Entanglement evolution from entangled multipodal states
Konstantinos Chalas, Pasquale Calabrese, Colin Rylands

TL;DR
This paper introduces entangled multipodal states in fermionic systems, analyzing their entanglement dynamics both in equilibrium and after quenches, revealing complex behaviors and non-local quasiparticle excitations.
Contribution
It generalizes crosscap states to multipodal states with multi-site correlations, providing new insights into entanglement evolution in fermionic lattice systems.
Findings
Equilibrium entanglement exhibits volume-law growth and saturation.
Post-quench dynamics show complex quasiparticle behavior.
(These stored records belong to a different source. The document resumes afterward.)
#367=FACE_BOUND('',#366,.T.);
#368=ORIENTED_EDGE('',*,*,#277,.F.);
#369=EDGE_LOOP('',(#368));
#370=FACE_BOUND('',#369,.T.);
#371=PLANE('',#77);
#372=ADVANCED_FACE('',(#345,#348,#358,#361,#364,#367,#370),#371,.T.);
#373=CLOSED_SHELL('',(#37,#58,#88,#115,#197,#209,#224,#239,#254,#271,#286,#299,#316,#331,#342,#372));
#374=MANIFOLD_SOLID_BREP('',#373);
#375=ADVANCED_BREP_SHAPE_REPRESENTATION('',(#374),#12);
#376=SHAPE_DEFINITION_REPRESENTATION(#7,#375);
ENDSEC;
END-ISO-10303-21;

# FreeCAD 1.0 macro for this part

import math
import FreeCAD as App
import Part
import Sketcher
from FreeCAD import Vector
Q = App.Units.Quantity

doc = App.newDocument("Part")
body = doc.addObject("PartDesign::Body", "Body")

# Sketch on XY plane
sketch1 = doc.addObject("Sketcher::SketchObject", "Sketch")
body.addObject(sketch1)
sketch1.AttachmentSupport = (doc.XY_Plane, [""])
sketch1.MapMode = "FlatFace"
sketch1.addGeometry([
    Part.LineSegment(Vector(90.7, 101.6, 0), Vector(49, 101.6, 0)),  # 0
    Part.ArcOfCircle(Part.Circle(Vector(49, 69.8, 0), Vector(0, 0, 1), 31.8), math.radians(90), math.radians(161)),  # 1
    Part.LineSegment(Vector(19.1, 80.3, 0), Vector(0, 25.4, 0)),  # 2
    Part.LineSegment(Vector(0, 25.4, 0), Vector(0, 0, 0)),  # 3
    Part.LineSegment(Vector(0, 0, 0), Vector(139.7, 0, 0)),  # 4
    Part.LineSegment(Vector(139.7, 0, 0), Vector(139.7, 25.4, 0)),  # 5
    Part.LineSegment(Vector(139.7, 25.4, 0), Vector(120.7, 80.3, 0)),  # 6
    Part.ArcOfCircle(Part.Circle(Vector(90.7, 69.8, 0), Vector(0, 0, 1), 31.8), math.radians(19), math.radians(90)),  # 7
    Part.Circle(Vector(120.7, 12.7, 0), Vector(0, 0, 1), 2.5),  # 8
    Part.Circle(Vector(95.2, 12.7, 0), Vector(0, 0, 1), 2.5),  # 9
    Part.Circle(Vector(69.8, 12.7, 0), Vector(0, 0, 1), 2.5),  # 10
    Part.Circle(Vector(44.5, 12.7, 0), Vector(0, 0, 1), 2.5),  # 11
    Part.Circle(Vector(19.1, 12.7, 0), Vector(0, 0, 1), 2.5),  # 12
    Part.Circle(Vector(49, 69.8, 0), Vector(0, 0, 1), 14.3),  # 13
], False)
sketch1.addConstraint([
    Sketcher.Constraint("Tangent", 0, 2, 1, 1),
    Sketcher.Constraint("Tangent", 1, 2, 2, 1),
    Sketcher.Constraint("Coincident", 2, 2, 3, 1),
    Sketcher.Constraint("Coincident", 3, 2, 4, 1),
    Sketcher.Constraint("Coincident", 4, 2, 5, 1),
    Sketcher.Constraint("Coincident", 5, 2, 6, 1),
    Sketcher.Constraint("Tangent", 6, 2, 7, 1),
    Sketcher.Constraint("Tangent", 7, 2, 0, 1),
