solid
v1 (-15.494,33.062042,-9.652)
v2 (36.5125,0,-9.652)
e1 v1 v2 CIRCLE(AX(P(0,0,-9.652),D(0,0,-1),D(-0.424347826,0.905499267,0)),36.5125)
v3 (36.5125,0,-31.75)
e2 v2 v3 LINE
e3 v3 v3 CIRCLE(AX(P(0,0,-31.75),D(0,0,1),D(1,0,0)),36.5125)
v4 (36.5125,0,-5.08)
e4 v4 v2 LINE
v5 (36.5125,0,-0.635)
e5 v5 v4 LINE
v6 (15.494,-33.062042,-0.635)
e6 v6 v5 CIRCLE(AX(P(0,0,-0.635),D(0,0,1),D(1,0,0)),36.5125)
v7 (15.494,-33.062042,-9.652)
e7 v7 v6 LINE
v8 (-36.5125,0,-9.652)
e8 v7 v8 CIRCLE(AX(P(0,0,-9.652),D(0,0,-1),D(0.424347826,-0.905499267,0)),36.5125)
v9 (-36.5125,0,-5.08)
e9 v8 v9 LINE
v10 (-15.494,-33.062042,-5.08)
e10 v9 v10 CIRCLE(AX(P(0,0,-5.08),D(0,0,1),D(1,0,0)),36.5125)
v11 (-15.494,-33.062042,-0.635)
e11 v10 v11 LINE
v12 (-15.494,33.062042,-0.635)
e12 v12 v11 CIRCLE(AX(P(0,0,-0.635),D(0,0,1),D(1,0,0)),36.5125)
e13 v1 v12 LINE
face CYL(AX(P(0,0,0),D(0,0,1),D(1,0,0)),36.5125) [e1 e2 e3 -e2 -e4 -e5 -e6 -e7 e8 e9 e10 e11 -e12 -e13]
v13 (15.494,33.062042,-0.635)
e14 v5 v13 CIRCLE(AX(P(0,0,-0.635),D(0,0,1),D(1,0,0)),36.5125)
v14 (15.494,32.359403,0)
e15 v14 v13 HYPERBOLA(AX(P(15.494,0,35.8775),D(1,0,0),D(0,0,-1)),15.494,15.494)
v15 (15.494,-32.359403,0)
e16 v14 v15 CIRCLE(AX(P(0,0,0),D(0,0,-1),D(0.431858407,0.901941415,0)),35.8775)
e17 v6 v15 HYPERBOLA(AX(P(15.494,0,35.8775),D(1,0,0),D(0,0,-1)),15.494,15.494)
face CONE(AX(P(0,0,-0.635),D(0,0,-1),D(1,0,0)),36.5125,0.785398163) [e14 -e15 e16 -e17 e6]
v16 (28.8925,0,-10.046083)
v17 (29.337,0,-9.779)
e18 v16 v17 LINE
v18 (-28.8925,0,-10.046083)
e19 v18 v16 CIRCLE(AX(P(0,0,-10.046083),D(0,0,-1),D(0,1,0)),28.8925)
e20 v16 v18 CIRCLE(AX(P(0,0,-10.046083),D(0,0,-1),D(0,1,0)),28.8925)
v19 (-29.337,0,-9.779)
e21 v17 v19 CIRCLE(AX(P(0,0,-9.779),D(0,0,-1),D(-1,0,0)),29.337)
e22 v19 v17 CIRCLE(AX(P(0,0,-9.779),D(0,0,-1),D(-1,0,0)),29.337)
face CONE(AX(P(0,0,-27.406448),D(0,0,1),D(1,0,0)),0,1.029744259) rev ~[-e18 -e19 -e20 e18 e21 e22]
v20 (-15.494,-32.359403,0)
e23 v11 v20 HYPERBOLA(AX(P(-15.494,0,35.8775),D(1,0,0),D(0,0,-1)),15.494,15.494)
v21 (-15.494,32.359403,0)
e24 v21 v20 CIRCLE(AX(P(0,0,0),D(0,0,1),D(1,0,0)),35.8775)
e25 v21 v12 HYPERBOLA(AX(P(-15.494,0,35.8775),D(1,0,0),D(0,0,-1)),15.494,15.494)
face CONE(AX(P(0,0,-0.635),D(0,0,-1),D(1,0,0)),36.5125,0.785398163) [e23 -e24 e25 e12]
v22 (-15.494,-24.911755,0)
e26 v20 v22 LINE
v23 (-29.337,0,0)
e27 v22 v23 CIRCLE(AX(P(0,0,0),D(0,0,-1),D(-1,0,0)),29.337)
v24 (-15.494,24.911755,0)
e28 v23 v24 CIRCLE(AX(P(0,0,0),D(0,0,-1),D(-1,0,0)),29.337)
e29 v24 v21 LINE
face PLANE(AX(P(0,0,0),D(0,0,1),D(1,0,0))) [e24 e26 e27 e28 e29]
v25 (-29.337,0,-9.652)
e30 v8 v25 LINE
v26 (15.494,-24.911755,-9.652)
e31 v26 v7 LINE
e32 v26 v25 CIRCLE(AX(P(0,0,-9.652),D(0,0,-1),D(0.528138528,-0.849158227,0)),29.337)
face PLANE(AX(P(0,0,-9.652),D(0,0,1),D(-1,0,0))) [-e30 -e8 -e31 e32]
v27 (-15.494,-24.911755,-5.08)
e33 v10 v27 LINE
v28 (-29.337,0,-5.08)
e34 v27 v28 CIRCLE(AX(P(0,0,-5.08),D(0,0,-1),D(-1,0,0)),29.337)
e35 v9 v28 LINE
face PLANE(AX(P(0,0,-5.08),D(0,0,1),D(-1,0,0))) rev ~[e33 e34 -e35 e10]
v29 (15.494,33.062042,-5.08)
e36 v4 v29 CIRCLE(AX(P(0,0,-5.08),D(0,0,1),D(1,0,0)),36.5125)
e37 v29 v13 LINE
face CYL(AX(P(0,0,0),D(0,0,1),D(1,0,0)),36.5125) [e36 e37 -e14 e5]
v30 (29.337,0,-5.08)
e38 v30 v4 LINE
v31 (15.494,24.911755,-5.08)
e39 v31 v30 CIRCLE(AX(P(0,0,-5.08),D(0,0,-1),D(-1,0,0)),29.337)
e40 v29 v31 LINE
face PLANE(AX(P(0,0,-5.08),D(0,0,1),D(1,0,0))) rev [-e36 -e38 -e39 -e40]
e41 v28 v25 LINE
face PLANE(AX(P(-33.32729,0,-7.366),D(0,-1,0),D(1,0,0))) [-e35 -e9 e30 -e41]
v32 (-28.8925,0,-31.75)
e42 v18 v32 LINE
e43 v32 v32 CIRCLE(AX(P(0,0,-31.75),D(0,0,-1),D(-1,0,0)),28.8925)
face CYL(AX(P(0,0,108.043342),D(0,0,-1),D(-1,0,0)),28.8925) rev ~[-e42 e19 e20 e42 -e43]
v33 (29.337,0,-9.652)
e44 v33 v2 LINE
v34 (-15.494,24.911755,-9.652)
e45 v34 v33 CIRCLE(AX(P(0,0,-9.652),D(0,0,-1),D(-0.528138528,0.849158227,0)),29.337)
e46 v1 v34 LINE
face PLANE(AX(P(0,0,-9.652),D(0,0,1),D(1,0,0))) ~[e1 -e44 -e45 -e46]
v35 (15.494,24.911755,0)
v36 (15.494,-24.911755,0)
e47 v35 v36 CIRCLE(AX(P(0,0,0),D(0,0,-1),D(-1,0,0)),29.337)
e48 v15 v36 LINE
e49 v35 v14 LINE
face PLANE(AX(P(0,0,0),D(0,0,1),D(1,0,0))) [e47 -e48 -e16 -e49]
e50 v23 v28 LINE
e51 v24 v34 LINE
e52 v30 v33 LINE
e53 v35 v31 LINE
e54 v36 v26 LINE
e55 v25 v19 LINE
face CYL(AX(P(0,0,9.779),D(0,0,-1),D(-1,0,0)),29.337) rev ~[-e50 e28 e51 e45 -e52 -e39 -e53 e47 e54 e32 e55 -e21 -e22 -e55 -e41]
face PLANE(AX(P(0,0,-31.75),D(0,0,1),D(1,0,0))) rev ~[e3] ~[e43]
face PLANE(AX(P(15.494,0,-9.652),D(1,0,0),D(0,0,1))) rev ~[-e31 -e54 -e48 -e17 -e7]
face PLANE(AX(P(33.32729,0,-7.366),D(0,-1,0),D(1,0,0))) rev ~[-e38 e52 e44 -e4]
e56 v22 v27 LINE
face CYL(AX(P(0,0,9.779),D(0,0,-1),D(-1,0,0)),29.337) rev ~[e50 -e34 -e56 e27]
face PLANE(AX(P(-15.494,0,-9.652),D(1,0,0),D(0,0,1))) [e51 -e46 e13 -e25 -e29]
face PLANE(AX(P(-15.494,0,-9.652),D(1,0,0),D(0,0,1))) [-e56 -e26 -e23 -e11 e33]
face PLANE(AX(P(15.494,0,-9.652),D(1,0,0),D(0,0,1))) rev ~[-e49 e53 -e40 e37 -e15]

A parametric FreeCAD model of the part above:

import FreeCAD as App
import Part
import Sketcher
from FreeCAD import Vector
Q = App.Units.Quantity


def edges_at(feature, points):
    """Names of the edges that pass closest to the given points."""
    edges = feature.Shape.Edges
    near = lambda p: min(range(len(edges)), key=lambda i: edges[i].distToShape(Part.Vertex(*p))[0])
    return sorted({f"Edge{near(p) + 1}" for p in points})

doc = App.newDocument("Part")
body = doc.addObject("PartDesign::Body", "Body")

# Sketch on XY plane
sketch1 = body.newObject("Sketcher::SketchObject", "Sketch")
sketch1.AttachmentSupport = (doc.getObject("XY_Plane"), [""])
sketch1.MapMode = "FlatFace"
sketch1.addGeometry(Part.Circle(Vector(0, 0, 0), Vector(0, 0, 1), 37), False)
sketch1.addConstraint([
    Sketcher.Constraint("Coincident", 0, 3, -1, 1),
    Sketcher.Constraint("Diameter", 0, Q("2.875 in")),
])
pad1 = body.newObject("PartDesign::Pad", "Pad")
pad1.Profile = sketch1
pad1.Length = Q("1.25 in")
pad1.Reversed = True

# Sketch on XY plane
sketch2 = body.newObject("Sketcher::SketchObject", "Sketch001")
sketch2.AttachmentSupport = (doc.getObject("XY_Plane"), [""])
sketch2.MapMode = "FlatFace"
sketch2.addGeometry(Part.Circle(Vector(0, 0, 0), Vector(0, 0, 1), 29), False)
sketch2.addConstraint([
    Sketcher.Constraint("Coincident", 0, 3, -1, 1),
    Sketcher.Constraint("Diameter", 0, Q("2.275 in")),
])
doc.recompute()
hole = body.newObject("PartDesign::Hole", "Hole")
hole.Profile = sketch2
hole.ThreadType = "None"
hole.Diameter = Q("2.275 in")
hole.DepthType = "ThroughAll"

# Sketch on XY plane
sketch3 = body.newObject("Sketcher::SketchObject", "Sketch002")
sketch3.AttachmentSupport = (doc.getObject("XY_Plane"), [""])
sketch3.MapMode = "FlatFace"
sketch3.addGeometry(Part.Circle(Vector(0, 0, 0), Vector(0, 0, 1), 29), False)
sketch3.addConstraint([
    Sketcher.Constraint("Coincident", 0, 3, -1, 1),
    Sketcher.Constraint("Diameter", 0, Q("2.31 in")),
])
doc.recompute()
hole2 = body.newObject("PartDesign::Hole", "Hole001")
hole2.Profile = sketch3
hole2.ThreadType = "None"
hole2.Diameter = Q("2.31 in")
hole2.DepthType = "Dimension"
hole2.Depth = Q("0.385 in")
hole2.DrillPoint = "Angled"
hole2.DrillPointAngle = 118
doc.recompute()

chamfer = body.newObject("PartDesign::Chamfer", "Chamfer")
chamfer.Base = (hole2, edges_at(hole2, [(-36.513, 0, 0)]))
chamfer.Size = Q("0.025 in")

# Sketch on XZ plane
sketch4 = body.newObject("Sketcher::SketchObject", "Sketch003")
sketch4.AttachmentSupport = (doc.getObject("XZ_Plane"), [""])
sketch4.MapMode = "FlatFace"
sketch4.addGeometry([
    Part.LineSegment(Vector(-43, -5.1, 0), Vector(-43, -9.7, 0)),  # 0
    Part.LineSegment(Vector(-43, -9.7, 0), Vector(-23.7, -9.7, 0)),  # 1
    Part.LineSegment(Vector(-23.7, -9.7, 0), Vector(-23.7, -5.1, 0)),  # 2
    Part.LineSegment(Vector(-23.7, -5.1, 0), Vector(-43, -5.1, 0)),  # 3
    Part.LineSegment(Vector(23.7, -5.1, 0), Vector(23.7, -9.7, 0)),  # 4
    Part.LineSegment(Vector(23.7, -9.7, 0), Vector(43, -9.7, 0)),  # 5
    Part.LineSegment(Vector(43, -9.7, 0), Vector(43, -5.1, 0)),  # 6
    Part.LineSegment(Vector(43, -5.1, 0), Vector(23.7, -5.1, 0)),  # 7
], False)
sketch4.addConstraint([
    Sketcher.Constraint("Coincident", 0, 2, 1, 1),
    Sketcher.Constraint("Coincident", 1, 2, 2, 1),
    Sketcher.Constraint("Coincident", 2, 2, 3, 1),
    Sketcher.Constraint("Coincident", 3, 2, 0, 1),
    Sketcher.Constraint("Coincident", 4, 2, 5, 1),
    Sketcher.Constraint("Coincident", 5, 2, 6, 1),
    Sketcher.Constraint("Coincident", 6, 2, 7, 1),
    Sketcher.Constraint("Coincident", 7, 2, 4, 1),
    Sketcher.Constraint("Vertical", 0),
    Sketcher.Constraint("Horizontal", 1),
    Sketcher.Constraint("Vertical", 2),
    Sketcher.Constraint("Horizontal", 3),
    Sketcher.Constraint("Vertical", 4),
    Sketcher.Constraint("Horizontal", 5),
    Sketcher.Constraint("Vertical", 6),
    Sketcher.Constraint("Horizontal", 7),
    Sketcher.Constraint("Symmetric", 1, 2, 4, 2, -2),
    Sketcher.Constraint("Symmetric", 3, 2, 6, 2, -2),
    Sketcher.Constraint("DistanceX", 1, 1, 1, 2, Q("0.76 in")),
    Sketcher.Constraint("DistanceY", 0, 2, 0, 1, Q("0.18 in")),
    Sketcher.Constraint("DistanceY", 2, 2, -1, 1, Q("0.2 in")),
    Sketcher.Constraint("DistanceX", 0, 2, -1, 1, Q("42.979289 mm")),
])
groove = body.newObject("PartDesign::Groove", "Groove")
groove.Profile = sketch4
groove.ReferenceAxis = (sketch4, ["V_Axis"])
groove.Angle = 90

# Sketch on XZ plane
sketch5 = body.newObject("Sketcher::SketchObject", "Sketch004")
sketch5.AttachmentSupport = (doc.getObject("XZ_Plane"), [""])
sketch5.MapMode = "FlatFace"
sketch5.addGeometry([
    Part.LineSegment(Vector(-15, 0, 0), Vector(-15, -10, 0)),
    Part.LineSegment(Vector(-15, -10, 0), Vector(15, -10, 0)),
    Part.LineSegment(Vector(15, -10, 0), Vector(15, 0, 0)),
    Part.LineSegment(Vector(15, 0, 0), Vector(-15, 0, 0)),
], False)
sketch5.addConstraint([
    Sketcher.Constraint("Coincident", 0, 2, 1, 1),
    Sketcher.Constraint("Coincident", 1, 2, 2, 1),
    Sketcher.Constraint("Coincident", 2, 2, 3, 1),
    Sketcher.Constraint("Coincident", 3, 2, 0, 1),
    Sketcher.Constraint("Vertical", 0),
    Sketcher.Constraint("Horizontal", 1),
    Sketcher.Constraint("Vertical", 2),
    Sketcher.Constraint("Horizontal", 3),
    Sketcher.Constraint("Symmetric", 2, 2, 3, 2, -1, 1),
    Sketcher.Constraint("DistanceX", 1, 1, 1, 2, Q("1.22 in")),
    Sketcher.Constraint("DistanceY", 0, 2, 0, 1, Q("0.38 in")),
])
pocket1 = body.newObject("PartDesign::Pocket", "Pocket")
pocket1.Profile = sketch5
pocket1.Length = Q("4 in")
pocket1.Midplane = True

doc.recompute()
Negative tripartite information indicates non-local correlations.
Abstract
In a periodic lattice system an entangled antipodal pair state, otherwise known as a crosscap state, is a simple two site product state in which spins at antipodal sites are prepared in Bell pairs. Such states have maximal bipartite entanglement and serve as a useful platform for studying the quench dynamics of systems which have large initial entanglement. In this paper, we study a generalization of these states which we dub entangled mutipodal states. These states, which are defined for fermionic systems, generalize the crosscap states by having correlations among more than two sites, specifically, those which sit at the vertices of regular polygons. By construction, the states are Gaussian and translationally invariant allowing many of their properties to be understood. We study the bipartite entanglement entropy of these states both in and out of equilibrium. In equilibrium, the…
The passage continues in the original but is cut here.